Below is a basic example of defining a Vulnerability data class, we can use type hinting and the @dataclass decorator to skip over needing to create a constructor method

from dataclasses import dataclass

# Notice the lack of a need for a constructor!!
@dataclass
class Vulnerability:
	# The colon notation is type hinting, its definitely worth checking out if it looks new to you: https://www.python.org/dev/peps/pep-0484/
	cvss: float
	
	# We can easily set default values as well!
	cve: str = None

vuln = Vulnerability(cvss = 7.7, cve = "CVE-2021-36958")
print(vuln)
# Outputs: Vulnerability(cvss=7.7, cve='CVE-2021-36958')

Here is that same class without using dataclasses:

class Vulnerability:
	# Notice the need for a constructor, this can become more cumbersome as you need to add more and more attributes to this class
	def __init__(self, cvss: float, cve: str = None) -> None:
		self.cvss = cvss
		self.cve = cve

vuln = Vulnerability(cvss = 7.7, cve = "CVE-2021-36958")
print(vuln)
# Outputs: <__main__.Vulnerability object at 0x7f6aa801d4c0>

You’ll notice two main differences here:

Less typing, and no need to repeat yourself when defining passing in constructor parameters
The output of printing the dataclass is much more useful, rather than just giving us the memory address and object type.

Usage with Pandas

To combine the two things we’ve covered in this post, we are going to create a dataframe made up of dataclasses converted to dictionaries. A common use case (and one I’ve run into in the wild) is needing to output the results of some analysis run on dataclasses as a CSV, I’ll show that example here:

from dataclasses import dataclass, asdict
import pandas

@dataclass
class Vulnerability:
	cvss: float
	cve: str = None

print_nightmare = Vulnerability(cvss = 7.8, cve = "CVE-2021-36958")
sequoia = Vulnerability(cvss = 7.8, cve = "CVE-2021-33909")
confluence = Vulnerability(cvss = 9.8, cve = "CVE-2021-26084")

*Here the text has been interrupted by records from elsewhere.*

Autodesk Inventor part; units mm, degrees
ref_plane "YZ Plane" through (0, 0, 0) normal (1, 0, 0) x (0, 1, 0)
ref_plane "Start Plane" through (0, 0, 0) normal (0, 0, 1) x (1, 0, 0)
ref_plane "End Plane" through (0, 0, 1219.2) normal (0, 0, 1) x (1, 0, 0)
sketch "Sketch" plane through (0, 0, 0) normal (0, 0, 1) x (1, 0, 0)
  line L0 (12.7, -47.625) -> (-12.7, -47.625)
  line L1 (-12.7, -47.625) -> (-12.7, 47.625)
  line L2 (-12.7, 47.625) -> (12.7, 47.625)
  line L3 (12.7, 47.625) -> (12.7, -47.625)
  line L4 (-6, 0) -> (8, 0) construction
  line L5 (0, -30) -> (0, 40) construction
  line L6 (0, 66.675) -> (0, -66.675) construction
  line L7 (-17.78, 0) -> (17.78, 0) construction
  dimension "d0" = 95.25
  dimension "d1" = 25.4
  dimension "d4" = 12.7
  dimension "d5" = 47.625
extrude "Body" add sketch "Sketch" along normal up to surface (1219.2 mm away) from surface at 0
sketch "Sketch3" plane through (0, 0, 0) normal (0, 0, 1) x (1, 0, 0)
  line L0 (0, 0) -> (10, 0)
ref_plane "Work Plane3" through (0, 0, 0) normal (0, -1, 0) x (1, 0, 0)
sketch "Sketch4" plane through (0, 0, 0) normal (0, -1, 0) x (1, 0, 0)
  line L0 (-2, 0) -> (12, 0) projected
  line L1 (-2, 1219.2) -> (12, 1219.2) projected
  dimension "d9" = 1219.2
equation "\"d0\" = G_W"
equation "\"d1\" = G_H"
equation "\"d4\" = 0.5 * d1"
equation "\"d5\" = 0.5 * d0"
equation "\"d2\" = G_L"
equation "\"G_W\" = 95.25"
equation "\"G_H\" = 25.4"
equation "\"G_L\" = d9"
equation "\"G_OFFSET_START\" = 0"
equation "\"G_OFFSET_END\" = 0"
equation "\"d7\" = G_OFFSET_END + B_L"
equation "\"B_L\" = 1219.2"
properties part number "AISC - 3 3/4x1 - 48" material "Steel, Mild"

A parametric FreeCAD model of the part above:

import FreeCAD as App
import Part
import Sketcher
Q = App.Units.Quantity

doc = App.newDocument("Part")
params = doc.addObject("Spreadsheet::Sheet", "Params")
for row, (alias, value) in enumerate([
    ("sketch1_width", "1 in"),
    ("sketch1_height", "3.75 in"),
    ("pad1_length", "48 in"),
], start=1):
    params.set(f"A{row}", alias)
    params.set(f"B{row}", "=" + value)
    params.setAlias(f"B{row}", alias)

body = doc.addObject("PartDesign::Body", "Body")

# Sketch on XY plane
sketch1 = body.newObject("Sketcher::SketchObject", "Sketch")
sketch1.AttachmentSupport = (doc.getObject("XY_Plane"), [""])
sketch1.MapMode = "FlatFace"
sketch1.addGeometry(Part.LineSegment(App.Vector(-13, -48, 0), App.Vector(13, -48, 0)), False)
sketch1.addGeometry(Part.LineSegment(App.Vector(13, -48, 0), App.Vector(13, 48, 0)), False)
sketch1.addGeometry(Part.LineSegment(App.Vector(13, 48, 0), App.Vector(-13, 48, 0)), False)
sketch1.addGeometry(Part.LineSegment(App.Vector(-13, 48, 0), App.Vector(-13, -48, 0)), False)
sketch1.addConstraint(Sketcher.Constraint("Coincident", 0, 2, 1, 1))
sketch1.addConstraint(Sketcher.Constraint("Coincident", 1, 2, 2, 1))
sketch1.addConstraint(Sketcher.Constraint("Coincident", 2, 2, 3, 1))
sketch1.addConstraint(Sketcher.Constraint("Coincident", 3, 2, 0, 1))
sketch1.addConstraint(Sketcher.Constraint("Horizontal", 0))
sketch1.addConstraint(Sketcher.Constraint("Vertical", 1))
sketch1.addConstraint(Sketcher.Constraint("Horizontal", 2))
sketch1.addConstraint(Sketcher.Constraint("Vertical", 3))
sketch1.addConstraint(Sketcher.Constraint("Symmetric", 0, 2, 2, 2, -1, 1))
sketch1.addConstraint(Sketcher.Constraint("DistanceX", 0, 1, 0, 2, Q("1 in")))
sketch1.addConstraint(Sketcher.Constraint("DistanceY", 1, 1, 1, 2, Q("3.75 in")))
sketch1.setExpression("Constraints[9]", "Params.sketch1_width")
sketch1.setExpression("Constraints[10]", "Params.sketch1_height")
pad1 = body.newObject("PartDesign::Pad", "Pad")
pad1.Profile = sketch1
pad1.setExpression("Length", "Params.pad1_length")

doc.recompute()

# Construct a list of dictionaries using list comprehension and dataclasses asdict() method
cves = list(asdict(d) for d in [print_nightmare, sequoia, confluence])

df = pandas.DataFrame(cves)

df.to_csv("output.csv")

Dataclasses are very powerful when representing data as a class. They become cumbersome when attempting to fit a lot of functionality into a single class, but they can be very helpful for pure analysis.